§ Task
Entries follow. Give back exactly the lines starting at the one containing "v55 (35,-100,630)" and ending at the one containing "face PLANE(AX(P(0,-110,611.7157),D(0,1,0),D(0,0,-1))) rev", and no other lines.

[Dataset entries]
--- START ---

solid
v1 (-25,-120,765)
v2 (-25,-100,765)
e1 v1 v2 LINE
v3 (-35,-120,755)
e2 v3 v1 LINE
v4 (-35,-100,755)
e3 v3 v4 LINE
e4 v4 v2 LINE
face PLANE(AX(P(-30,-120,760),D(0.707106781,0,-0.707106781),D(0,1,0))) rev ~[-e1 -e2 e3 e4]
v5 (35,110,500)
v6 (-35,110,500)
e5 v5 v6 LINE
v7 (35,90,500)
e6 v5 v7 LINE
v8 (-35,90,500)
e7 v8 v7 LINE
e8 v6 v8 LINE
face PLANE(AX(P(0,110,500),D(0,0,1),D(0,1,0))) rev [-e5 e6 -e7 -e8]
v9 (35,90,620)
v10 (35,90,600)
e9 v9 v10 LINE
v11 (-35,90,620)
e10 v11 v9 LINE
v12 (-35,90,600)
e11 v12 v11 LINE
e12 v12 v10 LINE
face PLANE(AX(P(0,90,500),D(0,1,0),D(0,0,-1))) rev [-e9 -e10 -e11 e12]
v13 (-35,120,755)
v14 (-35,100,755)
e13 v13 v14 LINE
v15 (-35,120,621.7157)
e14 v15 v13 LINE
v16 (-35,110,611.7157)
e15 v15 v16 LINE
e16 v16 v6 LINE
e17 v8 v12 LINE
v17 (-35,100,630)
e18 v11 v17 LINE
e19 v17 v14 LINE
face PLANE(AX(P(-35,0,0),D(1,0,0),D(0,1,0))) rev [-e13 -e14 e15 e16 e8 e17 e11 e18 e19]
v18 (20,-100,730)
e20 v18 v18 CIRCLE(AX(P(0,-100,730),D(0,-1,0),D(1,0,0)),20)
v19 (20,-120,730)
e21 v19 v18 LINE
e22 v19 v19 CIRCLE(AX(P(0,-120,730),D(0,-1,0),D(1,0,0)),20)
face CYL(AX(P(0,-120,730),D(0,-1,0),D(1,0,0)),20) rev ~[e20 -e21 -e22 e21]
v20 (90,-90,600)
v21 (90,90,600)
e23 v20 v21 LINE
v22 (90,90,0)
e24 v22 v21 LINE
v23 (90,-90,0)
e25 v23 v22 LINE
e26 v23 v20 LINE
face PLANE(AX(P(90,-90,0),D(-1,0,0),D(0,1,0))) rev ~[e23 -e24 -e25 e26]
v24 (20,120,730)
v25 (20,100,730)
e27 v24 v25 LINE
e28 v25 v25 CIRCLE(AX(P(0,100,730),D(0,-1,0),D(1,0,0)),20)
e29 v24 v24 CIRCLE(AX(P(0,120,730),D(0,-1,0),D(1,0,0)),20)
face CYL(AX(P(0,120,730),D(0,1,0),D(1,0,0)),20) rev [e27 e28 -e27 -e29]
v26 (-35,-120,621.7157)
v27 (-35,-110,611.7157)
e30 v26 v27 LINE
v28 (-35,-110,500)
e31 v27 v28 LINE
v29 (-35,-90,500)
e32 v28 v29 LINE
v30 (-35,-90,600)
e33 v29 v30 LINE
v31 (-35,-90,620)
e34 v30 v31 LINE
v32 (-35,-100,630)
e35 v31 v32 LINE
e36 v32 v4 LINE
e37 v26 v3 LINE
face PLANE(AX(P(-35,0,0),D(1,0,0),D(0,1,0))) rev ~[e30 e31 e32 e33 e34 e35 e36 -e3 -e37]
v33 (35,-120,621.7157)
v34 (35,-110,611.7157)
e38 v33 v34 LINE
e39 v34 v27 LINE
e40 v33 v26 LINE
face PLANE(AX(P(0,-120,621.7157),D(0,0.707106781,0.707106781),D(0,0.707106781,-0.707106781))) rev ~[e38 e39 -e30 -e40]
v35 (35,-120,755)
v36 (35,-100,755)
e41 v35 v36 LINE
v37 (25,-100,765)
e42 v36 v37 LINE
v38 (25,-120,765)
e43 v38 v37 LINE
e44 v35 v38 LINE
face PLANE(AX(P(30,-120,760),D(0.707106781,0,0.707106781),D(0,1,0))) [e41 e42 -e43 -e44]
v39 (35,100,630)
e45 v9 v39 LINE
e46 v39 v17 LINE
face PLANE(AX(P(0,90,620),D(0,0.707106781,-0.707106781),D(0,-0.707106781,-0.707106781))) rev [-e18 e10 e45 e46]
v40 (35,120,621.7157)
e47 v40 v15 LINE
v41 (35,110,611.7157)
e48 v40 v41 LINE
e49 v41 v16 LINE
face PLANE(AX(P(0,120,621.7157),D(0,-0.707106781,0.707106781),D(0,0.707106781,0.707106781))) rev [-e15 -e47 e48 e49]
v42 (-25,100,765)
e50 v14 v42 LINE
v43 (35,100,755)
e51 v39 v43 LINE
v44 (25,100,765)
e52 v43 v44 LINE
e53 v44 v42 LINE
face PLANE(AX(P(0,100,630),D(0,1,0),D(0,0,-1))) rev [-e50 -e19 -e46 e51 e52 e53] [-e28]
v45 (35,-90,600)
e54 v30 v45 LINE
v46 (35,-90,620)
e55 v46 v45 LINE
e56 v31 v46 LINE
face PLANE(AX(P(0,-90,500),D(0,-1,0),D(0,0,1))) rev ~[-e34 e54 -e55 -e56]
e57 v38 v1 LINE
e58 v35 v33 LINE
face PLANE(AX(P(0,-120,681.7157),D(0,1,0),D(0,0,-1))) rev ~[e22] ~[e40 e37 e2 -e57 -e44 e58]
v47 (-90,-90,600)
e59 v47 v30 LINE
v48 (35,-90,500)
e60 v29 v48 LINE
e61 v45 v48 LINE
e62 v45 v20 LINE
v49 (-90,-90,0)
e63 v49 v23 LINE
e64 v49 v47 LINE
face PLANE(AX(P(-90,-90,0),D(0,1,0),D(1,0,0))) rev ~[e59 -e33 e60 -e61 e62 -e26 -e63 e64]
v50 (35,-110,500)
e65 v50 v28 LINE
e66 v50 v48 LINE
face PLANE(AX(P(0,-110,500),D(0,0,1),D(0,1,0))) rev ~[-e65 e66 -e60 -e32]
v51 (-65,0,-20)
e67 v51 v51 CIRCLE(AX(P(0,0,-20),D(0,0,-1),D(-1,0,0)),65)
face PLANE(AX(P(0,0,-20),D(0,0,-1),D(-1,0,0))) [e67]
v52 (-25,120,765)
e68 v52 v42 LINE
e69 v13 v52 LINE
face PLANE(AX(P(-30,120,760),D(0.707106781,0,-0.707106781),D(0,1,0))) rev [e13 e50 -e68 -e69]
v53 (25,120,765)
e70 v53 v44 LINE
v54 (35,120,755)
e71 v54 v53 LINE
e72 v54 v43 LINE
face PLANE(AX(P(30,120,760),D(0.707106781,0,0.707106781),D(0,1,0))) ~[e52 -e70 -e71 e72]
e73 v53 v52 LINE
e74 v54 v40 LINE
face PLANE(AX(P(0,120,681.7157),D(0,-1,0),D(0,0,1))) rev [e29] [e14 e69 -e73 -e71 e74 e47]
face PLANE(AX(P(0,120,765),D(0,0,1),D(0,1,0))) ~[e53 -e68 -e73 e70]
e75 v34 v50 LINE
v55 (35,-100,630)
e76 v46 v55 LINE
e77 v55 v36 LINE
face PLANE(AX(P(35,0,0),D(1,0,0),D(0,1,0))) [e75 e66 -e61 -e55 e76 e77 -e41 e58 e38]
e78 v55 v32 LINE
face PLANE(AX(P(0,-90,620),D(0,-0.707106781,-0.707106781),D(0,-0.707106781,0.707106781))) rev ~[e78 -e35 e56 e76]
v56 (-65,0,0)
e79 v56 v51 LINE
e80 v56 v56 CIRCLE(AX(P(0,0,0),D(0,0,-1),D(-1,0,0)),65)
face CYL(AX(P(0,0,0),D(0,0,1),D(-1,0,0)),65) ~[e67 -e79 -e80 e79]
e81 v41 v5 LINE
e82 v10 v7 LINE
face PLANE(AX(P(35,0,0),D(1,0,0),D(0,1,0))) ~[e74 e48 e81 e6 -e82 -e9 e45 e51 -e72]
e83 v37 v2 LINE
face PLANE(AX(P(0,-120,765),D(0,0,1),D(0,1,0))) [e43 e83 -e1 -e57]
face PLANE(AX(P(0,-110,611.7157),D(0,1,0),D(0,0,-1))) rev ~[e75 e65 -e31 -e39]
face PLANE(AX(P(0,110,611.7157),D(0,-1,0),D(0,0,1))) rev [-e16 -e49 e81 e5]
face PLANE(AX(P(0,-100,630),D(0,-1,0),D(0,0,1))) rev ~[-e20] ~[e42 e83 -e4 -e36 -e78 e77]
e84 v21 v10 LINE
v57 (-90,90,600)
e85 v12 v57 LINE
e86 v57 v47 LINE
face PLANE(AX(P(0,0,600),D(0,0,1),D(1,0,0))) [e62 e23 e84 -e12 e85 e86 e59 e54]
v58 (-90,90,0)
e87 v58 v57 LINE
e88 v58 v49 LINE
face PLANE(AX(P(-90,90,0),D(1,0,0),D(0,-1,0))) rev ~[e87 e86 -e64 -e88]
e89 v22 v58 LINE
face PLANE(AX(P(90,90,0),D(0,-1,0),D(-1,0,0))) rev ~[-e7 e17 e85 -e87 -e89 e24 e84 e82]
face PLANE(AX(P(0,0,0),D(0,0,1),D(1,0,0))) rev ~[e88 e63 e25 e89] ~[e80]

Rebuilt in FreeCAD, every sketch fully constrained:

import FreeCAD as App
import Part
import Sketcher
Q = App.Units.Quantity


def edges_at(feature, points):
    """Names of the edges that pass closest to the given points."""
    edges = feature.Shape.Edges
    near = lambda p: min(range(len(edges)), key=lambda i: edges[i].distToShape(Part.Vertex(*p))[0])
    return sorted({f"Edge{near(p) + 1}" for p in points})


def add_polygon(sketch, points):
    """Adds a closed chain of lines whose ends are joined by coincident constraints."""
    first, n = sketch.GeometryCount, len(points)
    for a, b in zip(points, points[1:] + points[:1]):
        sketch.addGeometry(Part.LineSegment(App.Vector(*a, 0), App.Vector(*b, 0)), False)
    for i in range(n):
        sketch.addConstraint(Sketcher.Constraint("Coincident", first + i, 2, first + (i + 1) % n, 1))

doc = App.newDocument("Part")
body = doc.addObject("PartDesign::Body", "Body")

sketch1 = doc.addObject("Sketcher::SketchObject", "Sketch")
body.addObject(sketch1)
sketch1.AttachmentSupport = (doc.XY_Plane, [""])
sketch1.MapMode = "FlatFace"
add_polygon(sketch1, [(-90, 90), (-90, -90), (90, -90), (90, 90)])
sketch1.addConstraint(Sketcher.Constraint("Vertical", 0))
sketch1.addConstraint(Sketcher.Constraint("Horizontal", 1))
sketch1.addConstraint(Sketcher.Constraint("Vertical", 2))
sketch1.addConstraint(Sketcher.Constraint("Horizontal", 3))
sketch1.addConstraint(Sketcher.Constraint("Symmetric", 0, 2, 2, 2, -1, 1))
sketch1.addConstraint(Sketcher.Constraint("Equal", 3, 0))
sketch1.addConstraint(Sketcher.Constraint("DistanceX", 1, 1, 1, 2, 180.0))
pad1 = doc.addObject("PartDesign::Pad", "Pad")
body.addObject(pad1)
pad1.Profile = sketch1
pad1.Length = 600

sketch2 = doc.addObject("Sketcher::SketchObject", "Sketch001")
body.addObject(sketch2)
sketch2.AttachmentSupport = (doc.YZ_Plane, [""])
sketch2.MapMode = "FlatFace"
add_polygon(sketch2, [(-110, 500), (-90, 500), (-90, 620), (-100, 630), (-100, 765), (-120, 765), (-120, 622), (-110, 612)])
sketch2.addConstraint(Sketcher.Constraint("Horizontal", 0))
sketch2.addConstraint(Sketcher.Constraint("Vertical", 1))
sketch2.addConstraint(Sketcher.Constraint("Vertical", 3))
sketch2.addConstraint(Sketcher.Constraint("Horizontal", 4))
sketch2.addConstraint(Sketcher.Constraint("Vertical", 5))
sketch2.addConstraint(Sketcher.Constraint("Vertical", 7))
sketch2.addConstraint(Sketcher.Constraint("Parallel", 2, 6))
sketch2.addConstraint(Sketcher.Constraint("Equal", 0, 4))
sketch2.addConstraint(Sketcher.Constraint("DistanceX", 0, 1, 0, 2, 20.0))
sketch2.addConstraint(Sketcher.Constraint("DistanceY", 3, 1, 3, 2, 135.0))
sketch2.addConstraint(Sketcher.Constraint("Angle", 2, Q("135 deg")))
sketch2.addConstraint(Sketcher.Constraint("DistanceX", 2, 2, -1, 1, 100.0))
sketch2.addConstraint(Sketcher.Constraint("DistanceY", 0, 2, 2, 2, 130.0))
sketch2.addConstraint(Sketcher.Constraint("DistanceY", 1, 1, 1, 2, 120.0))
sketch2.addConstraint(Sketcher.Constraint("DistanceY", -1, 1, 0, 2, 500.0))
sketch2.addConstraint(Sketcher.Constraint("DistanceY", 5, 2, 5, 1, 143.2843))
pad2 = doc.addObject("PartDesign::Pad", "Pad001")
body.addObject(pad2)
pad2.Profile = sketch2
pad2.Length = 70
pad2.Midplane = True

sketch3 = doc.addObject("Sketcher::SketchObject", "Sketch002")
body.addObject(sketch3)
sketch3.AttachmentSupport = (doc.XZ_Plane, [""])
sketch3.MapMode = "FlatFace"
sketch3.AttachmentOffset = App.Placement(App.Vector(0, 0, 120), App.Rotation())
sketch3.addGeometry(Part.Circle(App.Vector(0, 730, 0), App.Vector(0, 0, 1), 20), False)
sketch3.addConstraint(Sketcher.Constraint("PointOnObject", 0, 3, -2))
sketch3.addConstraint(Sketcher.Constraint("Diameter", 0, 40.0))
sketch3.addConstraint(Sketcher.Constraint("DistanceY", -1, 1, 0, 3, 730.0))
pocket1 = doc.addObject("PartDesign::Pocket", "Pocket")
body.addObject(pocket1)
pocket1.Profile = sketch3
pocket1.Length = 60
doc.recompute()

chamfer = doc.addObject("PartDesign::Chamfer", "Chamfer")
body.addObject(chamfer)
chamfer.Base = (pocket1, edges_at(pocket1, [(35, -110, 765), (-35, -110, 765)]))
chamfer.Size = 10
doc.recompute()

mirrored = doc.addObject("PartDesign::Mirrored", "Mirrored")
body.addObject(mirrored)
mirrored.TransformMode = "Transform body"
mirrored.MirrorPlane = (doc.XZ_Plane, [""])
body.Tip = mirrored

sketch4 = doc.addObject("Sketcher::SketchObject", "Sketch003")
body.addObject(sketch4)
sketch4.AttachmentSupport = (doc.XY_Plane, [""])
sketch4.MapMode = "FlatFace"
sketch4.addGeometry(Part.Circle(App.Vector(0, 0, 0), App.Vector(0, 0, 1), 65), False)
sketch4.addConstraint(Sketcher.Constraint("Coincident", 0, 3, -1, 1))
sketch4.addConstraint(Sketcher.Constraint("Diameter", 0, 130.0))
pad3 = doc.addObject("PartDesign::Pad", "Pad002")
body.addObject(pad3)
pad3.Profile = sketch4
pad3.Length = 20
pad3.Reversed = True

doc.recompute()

--- END ---

§ Completed exercise
v55 (35,-100,630)
e76 v46 v55 LINE
e77 v55 v36 LINE
face PLANE(AX(P(35,0,0),D(1,0,0),D(0,1,0))) [e75 e66 -e61 -e55 e76 e77 -e41 e58 e38]
e78 v55 v32 LINE
face PLANE(AX(P(0,-90,620),D(0,-0.707106781,-0.707106781),D(0,-0.707106781,0.707106781))) rev ~[e78 -e35 e56 e76]
v56 (-65,0,0)
e79 v56 v51 LINE
e80 v56 v56 CIRCLE(AX(P(0,0,0),D(0,0,-1),D(-1,0,0)),65)
face CYL(AX(P(0,0,0),D(0,0,1),D(-1,0,0)),65) ~[e67 -e79 -e80 e79]
e81 v41 v5 LINE
e82 v10 v7 LINE
face PLANE(AX(P(35,0,0),D(1,0,0),D(0,1,0))) ~[e74 e48 e81 e6 -e82 -e9 e45 e51 -e72]
e83 v37 v2 LINE
face PLANE(AX(P(0,-120,765),D(0,0,1),D(0,1,0))) [e43 e83 -e1 -e57]
face PLANE(AX(P(0,-110,611.7157),D(0,1,0),D(0,0,-1))) rev ~[e75 e65 -e31 -e39]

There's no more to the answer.